Top of Records for this task
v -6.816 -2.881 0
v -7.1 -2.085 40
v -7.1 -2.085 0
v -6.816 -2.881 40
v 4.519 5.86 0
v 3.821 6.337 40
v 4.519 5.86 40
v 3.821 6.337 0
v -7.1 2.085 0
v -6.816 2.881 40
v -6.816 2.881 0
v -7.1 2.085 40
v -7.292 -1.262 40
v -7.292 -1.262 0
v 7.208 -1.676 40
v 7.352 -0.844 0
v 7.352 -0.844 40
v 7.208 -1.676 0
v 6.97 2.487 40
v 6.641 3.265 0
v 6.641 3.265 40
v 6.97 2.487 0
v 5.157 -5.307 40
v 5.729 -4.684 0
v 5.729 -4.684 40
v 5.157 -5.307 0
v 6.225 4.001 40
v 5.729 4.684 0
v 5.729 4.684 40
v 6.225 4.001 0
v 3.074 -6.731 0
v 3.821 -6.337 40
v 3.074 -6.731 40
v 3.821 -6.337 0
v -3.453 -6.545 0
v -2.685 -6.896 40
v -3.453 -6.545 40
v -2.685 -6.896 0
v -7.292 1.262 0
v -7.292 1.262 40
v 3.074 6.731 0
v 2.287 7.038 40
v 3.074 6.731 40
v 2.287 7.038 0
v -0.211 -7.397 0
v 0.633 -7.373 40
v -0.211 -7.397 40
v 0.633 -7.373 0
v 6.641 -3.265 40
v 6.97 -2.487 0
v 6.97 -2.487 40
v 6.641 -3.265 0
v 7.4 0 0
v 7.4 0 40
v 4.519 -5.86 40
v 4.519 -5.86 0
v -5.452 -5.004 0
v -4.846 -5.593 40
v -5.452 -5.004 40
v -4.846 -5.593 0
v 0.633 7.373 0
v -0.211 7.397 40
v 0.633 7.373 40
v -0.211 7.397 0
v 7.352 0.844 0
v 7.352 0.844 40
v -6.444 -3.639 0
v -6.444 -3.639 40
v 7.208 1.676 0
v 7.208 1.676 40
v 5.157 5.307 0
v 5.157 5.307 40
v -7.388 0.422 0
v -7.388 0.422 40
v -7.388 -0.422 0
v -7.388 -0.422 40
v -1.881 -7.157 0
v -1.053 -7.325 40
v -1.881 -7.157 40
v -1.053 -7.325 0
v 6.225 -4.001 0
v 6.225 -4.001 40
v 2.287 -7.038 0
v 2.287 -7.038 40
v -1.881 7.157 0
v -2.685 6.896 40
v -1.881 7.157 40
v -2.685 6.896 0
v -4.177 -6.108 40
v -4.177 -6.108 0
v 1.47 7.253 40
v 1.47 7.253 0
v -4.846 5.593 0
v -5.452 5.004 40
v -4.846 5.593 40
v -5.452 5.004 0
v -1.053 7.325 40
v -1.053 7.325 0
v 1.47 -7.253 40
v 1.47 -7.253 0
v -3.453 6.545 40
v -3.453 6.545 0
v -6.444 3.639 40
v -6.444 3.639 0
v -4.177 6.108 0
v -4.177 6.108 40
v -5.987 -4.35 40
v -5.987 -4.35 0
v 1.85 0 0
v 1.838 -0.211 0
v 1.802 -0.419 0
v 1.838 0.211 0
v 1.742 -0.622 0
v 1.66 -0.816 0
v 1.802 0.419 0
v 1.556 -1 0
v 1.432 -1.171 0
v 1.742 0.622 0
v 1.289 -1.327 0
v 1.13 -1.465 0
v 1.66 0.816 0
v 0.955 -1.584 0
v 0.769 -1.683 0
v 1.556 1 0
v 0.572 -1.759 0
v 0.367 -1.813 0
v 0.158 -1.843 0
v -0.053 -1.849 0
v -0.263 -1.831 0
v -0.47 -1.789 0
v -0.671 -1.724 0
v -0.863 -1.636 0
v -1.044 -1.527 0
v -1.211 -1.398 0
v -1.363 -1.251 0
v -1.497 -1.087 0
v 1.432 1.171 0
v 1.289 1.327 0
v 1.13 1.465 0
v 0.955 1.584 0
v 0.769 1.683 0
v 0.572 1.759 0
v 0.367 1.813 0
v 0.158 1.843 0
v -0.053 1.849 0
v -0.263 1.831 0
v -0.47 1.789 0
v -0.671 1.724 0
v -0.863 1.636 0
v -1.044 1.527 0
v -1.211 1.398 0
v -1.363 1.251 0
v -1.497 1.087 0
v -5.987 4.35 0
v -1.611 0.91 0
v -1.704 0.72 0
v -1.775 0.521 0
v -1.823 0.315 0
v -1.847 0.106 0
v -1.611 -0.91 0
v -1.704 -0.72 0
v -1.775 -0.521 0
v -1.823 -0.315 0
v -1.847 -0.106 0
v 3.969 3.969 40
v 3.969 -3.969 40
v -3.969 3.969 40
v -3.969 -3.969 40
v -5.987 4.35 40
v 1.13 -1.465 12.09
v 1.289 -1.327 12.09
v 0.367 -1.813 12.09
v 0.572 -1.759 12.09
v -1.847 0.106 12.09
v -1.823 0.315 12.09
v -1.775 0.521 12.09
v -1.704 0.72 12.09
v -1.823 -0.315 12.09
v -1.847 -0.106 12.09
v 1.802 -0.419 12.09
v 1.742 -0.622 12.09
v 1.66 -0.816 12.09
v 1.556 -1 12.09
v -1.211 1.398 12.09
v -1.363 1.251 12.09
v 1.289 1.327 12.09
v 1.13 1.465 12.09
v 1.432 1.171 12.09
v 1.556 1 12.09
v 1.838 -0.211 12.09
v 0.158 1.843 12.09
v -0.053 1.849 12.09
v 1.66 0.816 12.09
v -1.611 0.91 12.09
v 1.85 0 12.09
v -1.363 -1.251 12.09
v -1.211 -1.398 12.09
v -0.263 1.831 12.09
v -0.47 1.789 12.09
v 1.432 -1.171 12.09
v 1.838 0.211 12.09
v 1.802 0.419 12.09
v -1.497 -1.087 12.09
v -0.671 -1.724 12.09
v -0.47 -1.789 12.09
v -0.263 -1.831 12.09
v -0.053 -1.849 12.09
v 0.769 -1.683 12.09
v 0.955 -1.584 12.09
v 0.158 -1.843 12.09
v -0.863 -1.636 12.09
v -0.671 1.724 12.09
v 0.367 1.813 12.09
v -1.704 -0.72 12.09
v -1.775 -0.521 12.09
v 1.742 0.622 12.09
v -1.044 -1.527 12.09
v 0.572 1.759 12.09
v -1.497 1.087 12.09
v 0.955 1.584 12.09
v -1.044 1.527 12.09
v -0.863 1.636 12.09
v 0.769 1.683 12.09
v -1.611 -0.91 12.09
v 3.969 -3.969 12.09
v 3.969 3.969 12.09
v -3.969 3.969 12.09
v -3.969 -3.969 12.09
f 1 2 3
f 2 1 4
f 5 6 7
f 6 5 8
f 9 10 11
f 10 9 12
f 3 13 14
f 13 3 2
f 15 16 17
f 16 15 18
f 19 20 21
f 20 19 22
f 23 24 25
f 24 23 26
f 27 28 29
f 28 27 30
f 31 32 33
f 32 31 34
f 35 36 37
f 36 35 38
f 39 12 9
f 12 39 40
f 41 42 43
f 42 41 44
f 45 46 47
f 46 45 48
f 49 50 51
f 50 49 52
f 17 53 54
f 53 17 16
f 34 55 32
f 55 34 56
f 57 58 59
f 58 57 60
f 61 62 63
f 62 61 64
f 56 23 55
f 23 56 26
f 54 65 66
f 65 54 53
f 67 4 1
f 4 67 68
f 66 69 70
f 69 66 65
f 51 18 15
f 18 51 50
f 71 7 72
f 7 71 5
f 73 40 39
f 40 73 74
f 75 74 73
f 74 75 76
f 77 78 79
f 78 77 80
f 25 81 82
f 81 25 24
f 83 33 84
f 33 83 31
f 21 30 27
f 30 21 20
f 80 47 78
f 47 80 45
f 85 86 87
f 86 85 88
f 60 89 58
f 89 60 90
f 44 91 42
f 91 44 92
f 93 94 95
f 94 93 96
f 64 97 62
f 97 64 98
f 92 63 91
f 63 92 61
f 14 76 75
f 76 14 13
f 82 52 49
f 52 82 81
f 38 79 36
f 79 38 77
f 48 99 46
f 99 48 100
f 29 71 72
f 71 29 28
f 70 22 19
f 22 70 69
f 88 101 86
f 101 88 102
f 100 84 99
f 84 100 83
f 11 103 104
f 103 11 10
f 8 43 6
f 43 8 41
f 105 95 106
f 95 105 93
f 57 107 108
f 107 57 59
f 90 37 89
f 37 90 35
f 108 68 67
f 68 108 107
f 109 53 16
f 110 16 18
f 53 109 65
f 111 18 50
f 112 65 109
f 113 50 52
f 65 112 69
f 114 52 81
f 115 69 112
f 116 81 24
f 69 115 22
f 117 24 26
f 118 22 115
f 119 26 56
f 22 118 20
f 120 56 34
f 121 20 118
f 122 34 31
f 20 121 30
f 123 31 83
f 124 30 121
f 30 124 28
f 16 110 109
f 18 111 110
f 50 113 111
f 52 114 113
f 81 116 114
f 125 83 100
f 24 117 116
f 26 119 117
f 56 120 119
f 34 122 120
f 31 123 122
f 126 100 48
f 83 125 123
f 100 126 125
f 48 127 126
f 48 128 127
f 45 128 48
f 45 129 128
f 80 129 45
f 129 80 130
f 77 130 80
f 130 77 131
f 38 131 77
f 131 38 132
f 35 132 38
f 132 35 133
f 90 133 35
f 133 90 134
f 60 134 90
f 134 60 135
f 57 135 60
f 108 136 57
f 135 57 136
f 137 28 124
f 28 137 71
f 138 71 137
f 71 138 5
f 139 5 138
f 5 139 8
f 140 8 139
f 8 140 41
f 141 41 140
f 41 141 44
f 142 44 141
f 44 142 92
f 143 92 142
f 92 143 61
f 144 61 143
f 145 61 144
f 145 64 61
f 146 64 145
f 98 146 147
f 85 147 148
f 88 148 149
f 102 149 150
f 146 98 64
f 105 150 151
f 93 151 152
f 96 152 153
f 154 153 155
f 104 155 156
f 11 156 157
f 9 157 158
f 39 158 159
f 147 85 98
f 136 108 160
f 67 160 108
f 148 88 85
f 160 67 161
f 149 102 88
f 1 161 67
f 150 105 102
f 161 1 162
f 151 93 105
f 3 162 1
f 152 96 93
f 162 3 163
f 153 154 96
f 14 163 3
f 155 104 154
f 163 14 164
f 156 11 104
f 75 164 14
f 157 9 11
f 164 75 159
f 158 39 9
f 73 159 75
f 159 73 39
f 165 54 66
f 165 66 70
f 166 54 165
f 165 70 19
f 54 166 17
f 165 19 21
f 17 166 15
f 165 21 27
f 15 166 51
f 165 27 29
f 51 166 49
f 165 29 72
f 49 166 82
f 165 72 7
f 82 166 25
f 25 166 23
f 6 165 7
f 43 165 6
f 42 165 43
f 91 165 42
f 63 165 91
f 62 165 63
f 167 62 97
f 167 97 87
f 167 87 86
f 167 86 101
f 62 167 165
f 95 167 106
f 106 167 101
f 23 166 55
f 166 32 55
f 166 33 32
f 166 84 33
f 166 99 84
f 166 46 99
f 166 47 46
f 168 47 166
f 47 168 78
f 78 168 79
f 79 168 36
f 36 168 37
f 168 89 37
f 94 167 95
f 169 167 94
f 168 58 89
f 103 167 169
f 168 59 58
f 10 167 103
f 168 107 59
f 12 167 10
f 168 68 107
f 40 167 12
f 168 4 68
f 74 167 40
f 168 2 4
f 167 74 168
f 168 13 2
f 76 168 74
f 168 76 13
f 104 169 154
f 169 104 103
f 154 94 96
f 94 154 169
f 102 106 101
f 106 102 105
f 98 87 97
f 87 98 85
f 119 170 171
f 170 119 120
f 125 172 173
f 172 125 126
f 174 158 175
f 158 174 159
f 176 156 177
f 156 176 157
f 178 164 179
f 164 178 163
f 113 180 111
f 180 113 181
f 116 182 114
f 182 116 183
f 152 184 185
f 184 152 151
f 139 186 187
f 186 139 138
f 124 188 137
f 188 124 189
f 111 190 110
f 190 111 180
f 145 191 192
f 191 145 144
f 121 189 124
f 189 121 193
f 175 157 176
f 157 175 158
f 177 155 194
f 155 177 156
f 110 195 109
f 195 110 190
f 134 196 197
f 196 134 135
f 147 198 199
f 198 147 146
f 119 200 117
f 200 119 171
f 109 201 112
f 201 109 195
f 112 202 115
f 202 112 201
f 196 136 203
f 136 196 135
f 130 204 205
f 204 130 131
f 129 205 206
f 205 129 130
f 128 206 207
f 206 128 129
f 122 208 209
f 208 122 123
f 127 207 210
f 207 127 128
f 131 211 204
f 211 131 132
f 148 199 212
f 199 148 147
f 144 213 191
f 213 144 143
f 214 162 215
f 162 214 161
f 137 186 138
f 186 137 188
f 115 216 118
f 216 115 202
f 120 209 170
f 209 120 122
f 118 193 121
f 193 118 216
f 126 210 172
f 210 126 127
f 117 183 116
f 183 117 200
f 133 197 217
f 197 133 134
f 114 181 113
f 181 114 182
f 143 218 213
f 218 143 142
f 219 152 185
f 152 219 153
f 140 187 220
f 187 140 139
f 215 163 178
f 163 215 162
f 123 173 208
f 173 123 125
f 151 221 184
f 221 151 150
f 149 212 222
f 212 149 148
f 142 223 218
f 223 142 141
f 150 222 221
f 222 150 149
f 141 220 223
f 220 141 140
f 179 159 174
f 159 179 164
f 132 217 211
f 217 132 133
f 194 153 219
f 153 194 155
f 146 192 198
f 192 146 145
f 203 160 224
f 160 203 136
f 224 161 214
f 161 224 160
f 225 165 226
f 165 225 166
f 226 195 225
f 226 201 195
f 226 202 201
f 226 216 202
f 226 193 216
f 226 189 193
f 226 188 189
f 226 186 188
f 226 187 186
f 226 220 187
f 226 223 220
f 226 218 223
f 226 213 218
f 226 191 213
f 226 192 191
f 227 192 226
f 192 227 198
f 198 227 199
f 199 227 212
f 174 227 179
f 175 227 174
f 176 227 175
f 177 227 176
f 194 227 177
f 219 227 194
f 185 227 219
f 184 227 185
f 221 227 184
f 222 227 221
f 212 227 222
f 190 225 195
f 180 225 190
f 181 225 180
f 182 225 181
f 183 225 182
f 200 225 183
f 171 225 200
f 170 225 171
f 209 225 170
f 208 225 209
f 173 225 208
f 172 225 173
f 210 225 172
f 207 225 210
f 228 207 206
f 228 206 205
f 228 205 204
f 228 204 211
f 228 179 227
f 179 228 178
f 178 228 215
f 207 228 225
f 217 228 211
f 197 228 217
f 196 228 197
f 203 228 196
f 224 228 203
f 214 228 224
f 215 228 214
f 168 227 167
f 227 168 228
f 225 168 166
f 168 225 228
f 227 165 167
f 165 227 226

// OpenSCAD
// [FL_INDEX: keywords="openscad, 3d_parametric, Customizable_Round_Foot_for_Bolt_and_Square_Nut, csg_solid" | COT="Parametric OpenSCAD design from 3DCodeverse"]
// Title: Customizable Round Foot for Bolt and Square Nut

// Generic foot with #6 bolt and #6 square nut
// Al Williams (al.williams@awce.com or @awce_com)
// Hacked to fit with Customizer template

//	Uncomment the library/libraries of your choice to include them


//CUSTOMIZER VARIABLES

// Units for all custom variables
Units=1;  // [1:mm, 25.4:inches, 0.254:mils]
// Diameter of screw holes, 3.7mm = #6 clearance hole.  if your printer is a little "tight" you might open it up a bit
Bolt_Size=3.7; 
boltsize=Bolt_Size*Units;
// How deep do you want the bolt hole? Should be slightly shorter than the bolt so the nut can engage
Bolt_Depth=12.2;  
boltdepth=Bolt_Depth*Units;
// Size of the square nut (example #6 nut is 5/16 inch which is 7.9375 mm)
Nut_Size=7.9375;
nutsize=Nut_Size*Units;
// Foot height
Total_Height=40;
totalh=Total_Height*Units;


totalw=boltsize*4;    // diameter not radius!

// the .1 fudge factor here makes sure
// there is a clean cut between the bolt hole
// and the nut hole
nutdepth=(totalh-boltdepth)+0.1;


//CUSTOMIZER VARIABLES END


$fn=55+0; // # of arcs in a circle -- higher is better but runs longer

// Some measurements are in inches (original)
in2mm=25.4+0;




// mounting bolt hole
module bolthole()
{
// the .02 makes it stretch a little past the edge
// so the cut is clean
  translate([0,0,totalh-boltdepth])
    cylinder(h=boltdepth+.02,r=boltsize/2); 
    
}

module nuthole()
{
// The .02 makes it stretch a little past the edge
// so the cut is clean
translate([0,0,nutdepth/2])
   {
     cube(size=[nutsize,nutsize, nutdepth+.02],center=true); 
    }
}


// Here we go (translate and rotate so big end is up for printing)
translate([0,0,totalh])
rotate ([180,0,0]) difference () {
    cylinder(r=totalw/2,h=totalh,center=false);
    bolthole();
    nuthole();
}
Bottom of Records for this task
• Problem details
Taking the entries above, write out exactly each line from the one holding "f 116 81 24" to the one holding "f 24 117 116", both included, and stop there.

• Solution
f 116 81 24
f 69 115 22
f 117 24 26
f 118 22 115
f 119 26 56
f 22 118 20
f 120 56 34
f 121 20 118
f 122 34 31
f 20 121 30
f 123 31 83
f 124 30 121
f 30 124 28
f 16 110 109
f 18 111 110
f 50 113 111
f 52 114 113
f 81 116 114
f 125 83 100
f 24 117 116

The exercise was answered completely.